Overall, the share of Americans who say that homosexuality should be accepted by society has increased from 47% to 60% over the past decade, while the percentage saying it should be discouraged has fallen from 45% to 31%.
Yet among those who attend religious services weekly or more, there continues to be slightly more opposition than support for societal acceptance of homosexuality. And when the nearly one-third of Americans who say homosexuality should be discouraged are asked in an open-ended question why they feel this way, by far the most common reason –given by 52% – is that homosexuality conflicts with their religious or moral beliefs.

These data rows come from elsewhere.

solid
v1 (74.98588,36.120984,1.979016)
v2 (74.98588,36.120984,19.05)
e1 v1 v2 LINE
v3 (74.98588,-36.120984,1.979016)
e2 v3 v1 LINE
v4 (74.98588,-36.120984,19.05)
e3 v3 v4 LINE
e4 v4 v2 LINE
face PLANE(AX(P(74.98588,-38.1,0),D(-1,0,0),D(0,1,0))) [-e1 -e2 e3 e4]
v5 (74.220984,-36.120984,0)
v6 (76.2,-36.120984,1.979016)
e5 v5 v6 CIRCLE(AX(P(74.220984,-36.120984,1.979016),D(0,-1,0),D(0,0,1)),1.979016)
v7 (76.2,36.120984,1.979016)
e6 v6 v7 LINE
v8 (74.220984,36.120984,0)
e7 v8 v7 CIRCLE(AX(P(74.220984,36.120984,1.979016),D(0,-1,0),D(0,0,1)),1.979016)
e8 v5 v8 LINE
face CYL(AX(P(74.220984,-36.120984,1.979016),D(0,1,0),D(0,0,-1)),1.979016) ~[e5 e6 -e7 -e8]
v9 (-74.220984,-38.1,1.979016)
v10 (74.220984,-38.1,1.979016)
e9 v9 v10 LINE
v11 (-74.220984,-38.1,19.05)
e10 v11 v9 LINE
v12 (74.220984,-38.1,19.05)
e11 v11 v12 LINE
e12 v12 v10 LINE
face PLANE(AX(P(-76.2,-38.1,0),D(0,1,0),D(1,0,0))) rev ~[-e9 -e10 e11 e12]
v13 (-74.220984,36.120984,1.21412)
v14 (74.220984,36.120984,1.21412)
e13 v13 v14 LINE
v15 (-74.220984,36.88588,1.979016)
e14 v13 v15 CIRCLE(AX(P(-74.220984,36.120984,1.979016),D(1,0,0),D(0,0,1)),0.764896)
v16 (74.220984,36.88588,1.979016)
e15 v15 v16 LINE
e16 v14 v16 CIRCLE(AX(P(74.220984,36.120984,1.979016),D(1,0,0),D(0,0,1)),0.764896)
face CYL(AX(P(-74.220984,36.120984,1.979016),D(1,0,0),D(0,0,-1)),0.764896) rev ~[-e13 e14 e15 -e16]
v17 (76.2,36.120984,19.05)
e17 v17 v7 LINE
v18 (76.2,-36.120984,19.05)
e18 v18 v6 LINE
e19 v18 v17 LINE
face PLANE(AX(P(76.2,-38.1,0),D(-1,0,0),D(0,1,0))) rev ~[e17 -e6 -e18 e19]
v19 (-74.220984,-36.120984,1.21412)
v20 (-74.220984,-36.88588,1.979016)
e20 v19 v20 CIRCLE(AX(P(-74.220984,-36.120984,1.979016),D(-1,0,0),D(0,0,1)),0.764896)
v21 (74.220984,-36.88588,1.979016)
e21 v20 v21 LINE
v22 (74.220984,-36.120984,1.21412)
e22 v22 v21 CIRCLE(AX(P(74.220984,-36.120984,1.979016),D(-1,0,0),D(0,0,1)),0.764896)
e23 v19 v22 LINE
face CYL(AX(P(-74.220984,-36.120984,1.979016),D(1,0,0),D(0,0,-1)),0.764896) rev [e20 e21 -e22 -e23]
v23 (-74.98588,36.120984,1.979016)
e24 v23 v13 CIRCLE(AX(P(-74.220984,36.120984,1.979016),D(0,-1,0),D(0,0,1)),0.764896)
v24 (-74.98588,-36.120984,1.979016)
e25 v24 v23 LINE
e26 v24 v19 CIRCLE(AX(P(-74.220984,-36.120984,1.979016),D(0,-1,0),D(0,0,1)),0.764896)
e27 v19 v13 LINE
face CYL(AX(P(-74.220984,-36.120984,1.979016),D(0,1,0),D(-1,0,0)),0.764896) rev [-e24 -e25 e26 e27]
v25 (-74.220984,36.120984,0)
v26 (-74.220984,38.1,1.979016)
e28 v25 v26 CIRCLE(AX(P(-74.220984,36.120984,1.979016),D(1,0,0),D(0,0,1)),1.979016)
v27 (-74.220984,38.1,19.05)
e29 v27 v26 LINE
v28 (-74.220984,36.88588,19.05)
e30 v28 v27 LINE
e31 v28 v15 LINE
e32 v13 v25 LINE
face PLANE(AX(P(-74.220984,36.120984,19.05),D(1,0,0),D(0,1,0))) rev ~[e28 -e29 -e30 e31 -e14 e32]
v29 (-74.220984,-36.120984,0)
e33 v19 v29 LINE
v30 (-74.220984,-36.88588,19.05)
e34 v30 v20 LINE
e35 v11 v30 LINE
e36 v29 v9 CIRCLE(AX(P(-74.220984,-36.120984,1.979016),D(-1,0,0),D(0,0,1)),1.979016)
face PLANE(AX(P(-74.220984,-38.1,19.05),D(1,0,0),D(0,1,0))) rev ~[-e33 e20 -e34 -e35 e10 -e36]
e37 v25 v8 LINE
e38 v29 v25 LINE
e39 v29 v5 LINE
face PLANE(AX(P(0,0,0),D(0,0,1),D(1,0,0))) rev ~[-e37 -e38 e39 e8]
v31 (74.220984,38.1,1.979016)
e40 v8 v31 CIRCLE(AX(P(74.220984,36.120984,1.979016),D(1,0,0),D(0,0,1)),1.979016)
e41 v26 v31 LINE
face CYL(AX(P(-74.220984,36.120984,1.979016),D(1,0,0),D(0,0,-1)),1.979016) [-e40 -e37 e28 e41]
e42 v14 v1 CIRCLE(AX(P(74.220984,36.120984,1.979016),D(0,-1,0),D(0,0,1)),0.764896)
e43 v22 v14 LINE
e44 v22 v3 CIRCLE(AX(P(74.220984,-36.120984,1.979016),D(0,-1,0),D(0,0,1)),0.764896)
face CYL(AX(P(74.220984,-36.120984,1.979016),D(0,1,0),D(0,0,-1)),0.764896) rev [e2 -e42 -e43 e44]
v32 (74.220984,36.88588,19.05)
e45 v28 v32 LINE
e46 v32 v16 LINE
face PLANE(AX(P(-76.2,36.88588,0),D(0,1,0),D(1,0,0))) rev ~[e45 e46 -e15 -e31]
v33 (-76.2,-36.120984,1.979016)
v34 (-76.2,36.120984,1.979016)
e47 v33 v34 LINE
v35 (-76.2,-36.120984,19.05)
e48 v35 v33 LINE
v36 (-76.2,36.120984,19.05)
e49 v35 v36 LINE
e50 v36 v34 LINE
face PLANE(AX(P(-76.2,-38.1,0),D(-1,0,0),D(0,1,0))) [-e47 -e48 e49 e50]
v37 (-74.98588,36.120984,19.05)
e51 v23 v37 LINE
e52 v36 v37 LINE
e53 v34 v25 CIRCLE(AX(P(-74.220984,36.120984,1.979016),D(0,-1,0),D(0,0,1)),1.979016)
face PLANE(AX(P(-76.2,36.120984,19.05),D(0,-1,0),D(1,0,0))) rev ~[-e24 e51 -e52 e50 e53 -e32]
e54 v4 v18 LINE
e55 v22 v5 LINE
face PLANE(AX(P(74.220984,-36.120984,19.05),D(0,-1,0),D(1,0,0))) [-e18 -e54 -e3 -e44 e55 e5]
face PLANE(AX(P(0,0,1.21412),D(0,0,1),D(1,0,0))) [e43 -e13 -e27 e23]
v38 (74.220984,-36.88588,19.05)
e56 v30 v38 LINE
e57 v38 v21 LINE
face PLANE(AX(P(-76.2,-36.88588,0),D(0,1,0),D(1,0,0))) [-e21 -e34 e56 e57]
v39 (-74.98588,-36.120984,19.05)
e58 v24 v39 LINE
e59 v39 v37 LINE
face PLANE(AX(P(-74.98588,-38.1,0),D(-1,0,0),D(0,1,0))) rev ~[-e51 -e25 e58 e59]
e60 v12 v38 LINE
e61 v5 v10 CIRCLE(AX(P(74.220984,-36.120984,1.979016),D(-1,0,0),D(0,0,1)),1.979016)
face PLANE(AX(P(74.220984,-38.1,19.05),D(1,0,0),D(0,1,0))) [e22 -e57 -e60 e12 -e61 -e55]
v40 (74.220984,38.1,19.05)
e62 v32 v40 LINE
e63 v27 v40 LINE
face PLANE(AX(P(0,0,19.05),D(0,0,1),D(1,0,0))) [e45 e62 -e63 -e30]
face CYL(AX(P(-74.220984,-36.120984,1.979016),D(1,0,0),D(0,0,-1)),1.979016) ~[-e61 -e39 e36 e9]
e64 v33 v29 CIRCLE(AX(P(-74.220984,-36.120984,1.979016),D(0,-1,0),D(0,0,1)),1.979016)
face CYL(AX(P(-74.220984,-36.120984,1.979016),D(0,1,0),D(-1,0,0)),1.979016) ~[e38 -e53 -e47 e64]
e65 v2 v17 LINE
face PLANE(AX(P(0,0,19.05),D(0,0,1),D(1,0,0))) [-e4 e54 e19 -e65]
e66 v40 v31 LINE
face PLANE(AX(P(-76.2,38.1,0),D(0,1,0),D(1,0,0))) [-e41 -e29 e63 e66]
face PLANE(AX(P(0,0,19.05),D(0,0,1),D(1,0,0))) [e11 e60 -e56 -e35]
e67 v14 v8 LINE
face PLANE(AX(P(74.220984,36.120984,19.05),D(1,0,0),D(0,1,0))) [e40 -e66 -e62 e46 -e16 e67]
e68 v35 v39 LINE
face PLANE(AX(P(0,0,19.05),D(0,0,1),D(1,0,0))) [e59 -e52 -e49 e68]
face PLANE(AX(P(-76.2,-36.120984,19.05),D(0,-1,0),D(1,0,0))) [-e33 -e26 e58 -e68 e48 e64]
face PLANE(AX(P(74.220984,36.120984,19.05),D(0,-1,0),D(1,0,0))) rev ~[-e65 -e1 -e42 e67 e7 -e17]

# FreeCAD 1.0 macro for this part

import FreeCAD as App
import Part
import Sketcher
Q = App.Units.Quantity


def edges_at(feature, points):
    """Names of the edges that pass closest to the given points."""
    edges = feature.Shape.Edges
    near = lambda p: min(range(len(edges)), key=lambda i: edges[i].distToShape(Part.Vertex(*p))[0])
    return sorted({f"Edge{near(p) + 1}" for p in points})


def faces_at(feature, points):
    """Names of the faces that lie closest to the given points."""
    faces = feature.Shape.Faces
    near = lambda p: min(range(len(faces)), key=lambda i: faces[i].distToShape(Part.Vertex(*p))[0])
    return sorted({f"Face{near(p) + 1}" for p in points})


def add_polygon(sketch, points):
    """Adds a closed chain of lines whose ends are joined by coincident constraints."""
    first, n = sketch.GeometryCount, len(points)
    for a, b in zip(points, points[1:] + points[:1]):
        sketch.addGeometry(Part.LineSegment(App.Vector(*a, 0), App.Vector(*b, 0)), False)
    for i in range(n):
        sketch.addConstraint(Sketcher.Constraint("Coincident", first + i, 2, first + (i + 1) % n, 1))

doc = App.newDocument("Part")
body = doc.addObject("PartDesign::Body", "Body")

sketch1 = body.newObject("Sketcher::SketchObject", "Sketch")
sketch1.AttachmentSupport = (doc.getObject("XY_Plane"), [""])
sketch1.MapMode = "FlatFace"
add_polygon(sketch1, [(-76, 38), (-76, -38), (76, -38), (76, 38)])
sketch1.addConstraint(Sketcher.Constraint("Vertical", 0))
sketch1.addConstraint(Sketcher.Constraint("Horizontal", 1))
sketch1.addConstraint(Sketcher.Constraint("Vertical", 2))
sketch1.addConstraint(Sketcher.Constraint("Horizontal", 3))
sketch1.addConstraint(Sketcher.Constraint("Symmetric", 0, 2, 2, 2, -1, 1))
sketch1.addConstraint(Sketcher.Constraint("DistanceX", 1, 1, 1, 2, Q("6 in")))
sketch1.addConstraint(Sketcher.Constraint("DistanceY", 0, 2, 0, 1, Q("3 in")))
pad1 = body.newObject("PartDesign::Pad", "Pad")
pad1.Profile = sketch1
pad1.Length = Q("0.75 in")
doc.recompute()

thickness = body.newObject("PartDesign::Thickness", "Thickness")
thickness.Base = (pad1, faces_at(pad1, [(0, 0, 19.05)]))
thickness.Value = Q("0.0478 in")
thickness.Reversed = True
thickness.Join = "Arc"

sketch2 = body.newObject("Sketcher::SketchObject", "Sketch001")
sketch2.AttachmentSupport = (doc.getObject("XY_Plane"), [""])
sketch2.MapMode = "FlatFace"
sketch2.AttachmentOffset = App.Placement(App.Vector(0, 0, 0.75 * 25.4), App.Rotation())
add_polygon(sketch2, [(-76.2, -36.1), (-76.2, -38.1), (-74.2, -38.1), (-74.2, -36.1)])
add_polygon(sketch2, [(-76.2, 38.1), (-76.2, 36.1), (-74.2, 36.1), (-74.2, 38.1)])
add_polygon(sketch2, [(74.2, -36.1), (74.2, -38.1), (76.2, -38.1), (76.2, -36.1)])
add_polygon(sketch2, [(74.2, 38.1), (74.2, 36.1), (76.2, 36.1), (76.2, 38.1)])
sketch2.addConstraint(Sketcher.Constraint("Vertical", 0))
sketch2.addConstraint(Sketcher.Constraint("Horizontal", 1))
sketch2.addConstraint(Sketcher.Constraint("Vertical", 2))
sketch2.addConstraint(Sketcher.Constraint("Horizontal", 3))
sketch2.addConstraint(Sketcher.Constraint("Vertical", 4))
sketch2.addConstraint(Sketcher.Constraint("Horizontal", 5))
sketch2.addConstraint(Sketcher.Constraint("Vertical", 6))
sketch2.addConstraint(Sketcher.Constraint("Horizontal", 7))
sketch2.addConstraint(Sketcher.Constraint("Vertical", 8))
sketch2.addConstraint(Sketcher.Constraint("Horizontal", 9))
sketch2.addConstraint(Sketcher.Constraint("Vertical", 10))
sketch2.addConstraint(Sketcher.Constraint("Horizontal", 11))
sketch2.addConstraint(Sketcher.Constraint("Vertical", 12))
sketch2.addConstraint(Sketcher.Constraint("Horizontal", 13))
sketch2.addConstraint(Sketcher.Constraint("Vertical", 14))
sketch2.addConstraint(Sketcher.Constraint("Horizontal", 15))
sketch2.addConstraint(Sketcher.Constraint("Symmetric", 6, 2, 8, 2, -1, 1))
sketch2.addConstraint(Sketcher.Constraint("Symmetric", 4, 2, 10, 2, -1, 1))
sketch2.addConstraint(Sketcher.Constraint("Symmetric", 2, 2, 12, 2, -1, 1))
sketch2.addConstraint(Sketcher.Constraint("Symmetric", 0, 2, 14, 2, -1, 1))
sketch2.addConstraint(Sketcher.Constraint("Symmetric", 1, 2, 8, 2, -2))
sketch2.addConstraint(Sketcher.Constraint("Symmetric", 3, 2, 10, 2, -2))
sketch2.addConstraint(Sketcher.Constraint("Equal", 15, 0))
sketch2.addConstraint(Sketcher.Constraint("DistanceX", 0, 2, -1, 1, Q("3 in")))
sketch2.addConstraint(Sketcher.Constraint("DistanceY", 1, 2, 6, 2, Q("3 in")))
sketch2.addConstraint(Sketcher.Constraint("DistanceX", 1, 1, 1, 2, 1.979016))
pocket1 = body.newObject("PartDesign::Pocket", "Pocket")
pocket1.Profile = sketch2
pocket1.Type = "ThroughAll"
doc.recompute()

fillet = body.newObject("PartDesign::Fillet", "Fillet")
fillet.Base = (pocket1, edges_at(pocket1, [
    (-74.986, 0, 1.214),
    (0, 36.886, 1.214),
    (0, -36.886, 1.214),
    (74.986, 0, 1.214),
]))
fillet.Radius = 0.764896
doc.recompute()

fillet2 = body.newObject("PartDesign::Fillet", "Fillet001")
fillet2.Base = (fillet, edges_at(fillet, [
    (0, 38.1, 0),
    (-76.2, 0, 0),
    (76.2, 0, 0),
    (0, -38.1, 0),
]))
fillet2.Radius = 1.979016

doc.recompute()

A 62-year-old man said: “My religious background taught me that this was something that was taboo and not accepted.” A 32-year-old woman described her reasons for why homosexuality should be discouraged this way: “It clearly states in the Bible that it goes against God’s teachings.”
Much smaller percentages cite other reasons, such as concerns that homosexuality is bad for the family or bad for children (mentioned by 13%), that a man and woman are needed to create life, that it’s not natural, or “just wrong” (10% each).
Across most demographic subgroups, including most religious groups, the percentage saying homosexuality should be accepted has increased over the past decade. Nonetheless, about half (48%) of those who attend religious services weekly or more often say homosexuality should be discouraged. Among less frequent attenders, 71% favor societal acceptance of homosexuality.
White evangelical Protestants, by about two-to-one (59% to 30%), think that homosexuality should be discouraged. Among black Protestants, as well, more say homosexuality should be discouraged (51%) than accepted (39%).
By contrast, wide majorities of Catholics (71%) and white mainline Protestants (65%) say homosexuality should be accepted by society. And those without religious affiliation favor societal acceptance of homosexuality by roughly five-to-one (79% to 16%).
Conflict Between Religious Beliefs and Homosexuality
About half of Americans (48%) say there is a conflict between their religious beliefs and homosexuality, with 35% saying there is a lot of conflict. Another 48% see no conflict between their religious beliefs and homosexuality.
Among those who attend religious services weekly or more, 66% say homosexuality conflicts with their religious beliefs, with 50% saying there is a great deal of conflict. Most people (59%) who attend religious services less than once a week see no conflict between their beliefs and homosexuality.
Fully 74% of white evangelical Protestants say there is a conflict between homosexuality and their religious beliefs, as do majorities of white Catholics (62%) and black Protestants (58%).
The tension between religious beliefs and homosexuality is closely associated with views about societal acceptance of homosexuality. Among those who see a lot of conflict between their own religious beliefs and homosexuality, a majority (53%) opposes societal acceptance. Those who see a little conflict between religion and homosexuality favor societal acceptance by 57% to 32%. And 80% of those who say there is no conflict between their religious beliefs and homosexuality support societal acceptance.
The public is divided over whether engaging in homosexual behavior is a sin: 45% say it is a sin while an identical percentage says it is not. In 2003, a majority (55%) viewed homosexual behavior as was sinful, while 33% disagreed.
Among several religious groups, there has been relatively little change in these opinions over the past decade. Fully 78% of white evangelical Protestants view homosexual behavior as a sin; 82% said this in 2003. About as many black Protestants view homosexuality as a sin today (79%) as did so ten years ago (74%).
However, opinions among Catholics have changed substantially. In 2003, more Catholics said homosexual behavior was a sin than said it was not (49% vs. 37%). Today, a third of Catholics (33%) say it is sin, while 53% disagree.
People who attend religious services weekly or more continue to view homosexual behavior as a sin by a wide margin (67% to 24%). Nearly six-in-ten (57%) of those who attend less often think such behavior is not a sin, while 34% say it is; 10 years ago, opinion was divided (44% sin, 45% not a sin).
Nearly three-quarters (74%) of those who say engaging in homosexual behavior is a sin oppose same-sex marriage. An even larger percentage (84%) of those who say it is not sinful favor gay marriage.
The gap in opinions about gay marriage is nearly as wide between those who say there is a lot of conflict between homosexuality and their religious beliefs (67% oppose gay marriage) and those who see no conflict (71% favor gay marriage).
Similarly, those who say religion is very important in their lives are only half as likely to support gay marriage as those who place less importance on religion (36% favor vs. 72% favor).